Work to complete: Copy each line below that includes "revolve".

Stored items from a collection

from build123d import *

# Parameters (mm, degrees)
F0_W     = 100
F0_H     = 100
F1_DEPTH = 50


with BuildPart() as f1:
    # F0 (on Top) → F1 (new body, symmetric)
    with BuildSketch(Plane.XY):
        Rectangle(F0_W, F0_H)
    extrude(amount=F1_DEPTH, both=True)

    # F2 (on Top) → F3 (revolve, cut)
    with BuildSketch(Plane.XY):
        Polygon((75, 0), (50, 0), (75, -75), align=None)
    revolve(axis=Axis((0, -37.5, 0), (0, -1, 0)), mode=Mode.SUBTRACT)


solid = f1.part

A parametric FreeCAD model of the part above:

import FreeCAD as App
import Part
import Sketcher
Q = App.Units.Quantity

doc = App.newDocument("Part")
body = doc.addObject("PartDesign::Body", "Body")

# Sketch on XY plane
sketch1 = body.newObject("Sketcher::SketchObject", "Sketch")
sketch1.AttachmentSupport = (doc.getObject("XY_Plane"), [""])
sketch1.MapMode = "FlatFace"
sketch1.addGeometry([
    Part.LineSegment(App.Vector(-50, 50, 0), App.Vector(-50, -50, 0)),
    Part.LineSegment(App.Vector(-50, -50, 0), App.Vector(50, -50, 0)),
    Part.LineSegment(App.Vector(50, -50, 0), App.Vector(50, 50, 0)),
    Part.LineSegment(App.Vector(50, 50, 0), App.Vector(-50, 50, 0)),
], False)
sketch1.addConstraint([
    Sketcher.Constraint("Coincident", 0, 2, 1, 1),
    Sketcher.Constraint("Coincident", 1, 2, 2, 1),
    Sketcher.Constraint("Coincident", 2, 2, 3, 1),
    Sketcher.Constraint("Coincident", 3, 2, 0, 1),
    Sketcher.Constraint("Vertical", 0),
    Sketcher.Constraint("Horizontal", 1),
    Sketcher.Constraint("Vertical", 2),
    Sketcher.Constraint("Horizontal", 3),
    Sketcher.Constraint("Symmetric", 0, 2, 2, 2, -1, 1),
    Sketcher.Constraint("Equal", 3, 0),
    Sketcher.Constraint("DistanceX", 1, 1, 1, 2, Q("100 mm")),
])
pad1 = body.newObject("PartDesign::Pad", "Pad")
pad1.Profile = sketch1
pad1.Length = 100
pad1.Midplane = True

# Sketch on XY plane
sketch2 = body.newObject("Sketcher::SketchObject", "Sketch001")
sketch2.AttachmentSupport = (doc.getObject("XY_Plane"), [""])
sketch2.MapMode = "FlatFace"
sketch2.addGeometry([
    Part.LineSegment(App.Vector(75, 0, 0), App.Vector(50, 0, 0)),
    Part.LineSegment(App.Vector(50, 0, 0), App.Vector(75, -75, 0)),
    Part.LineSegment(App.Vector(75, -75, 0), App.Vector(75, 0, 0)),
], False)
sketch2.addConstraint([
    Sketcher.Constraint("Coincident", 0, 2, 1, 1),
    Sketcher.Constraint("Coincident", 1, 2, 2, 1),
    Sketcher.Constraint("Coincident", 2, 2, 0, 1),
    Sketcher.Constraint("Horizontal", 0),
    Sketcher.Constraint("Vertical", 2),
    Sketcher.Constraint("PointOnObject", 0, 2, -1),
    Sketcher.Constraint("DistanceX", 0, 2, 0, 1, Q("25 mm")),
    Sketcher.Constraint("DistanceY", 2, 1, 2, 2, Q("75 mm")),
    Sketcher.Constraint("DistanceX", -1, 1, 0, 2, Q("50 mm")),
])
groove = body.newObject("PartDesign::Groove", "Groove")
groove.Profile = sketch2
groove.ReferenceAxis = (sketch2, ["V_Axis"])
groove.Angle = 360

doc.recompute()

Expected output:
    # F2 (on Top) → F3 (revolve, cut)
    revolve(axis=Axis((0, -37.5, 0), (0, -1, 0)), mode=Mode.SUBTRACT)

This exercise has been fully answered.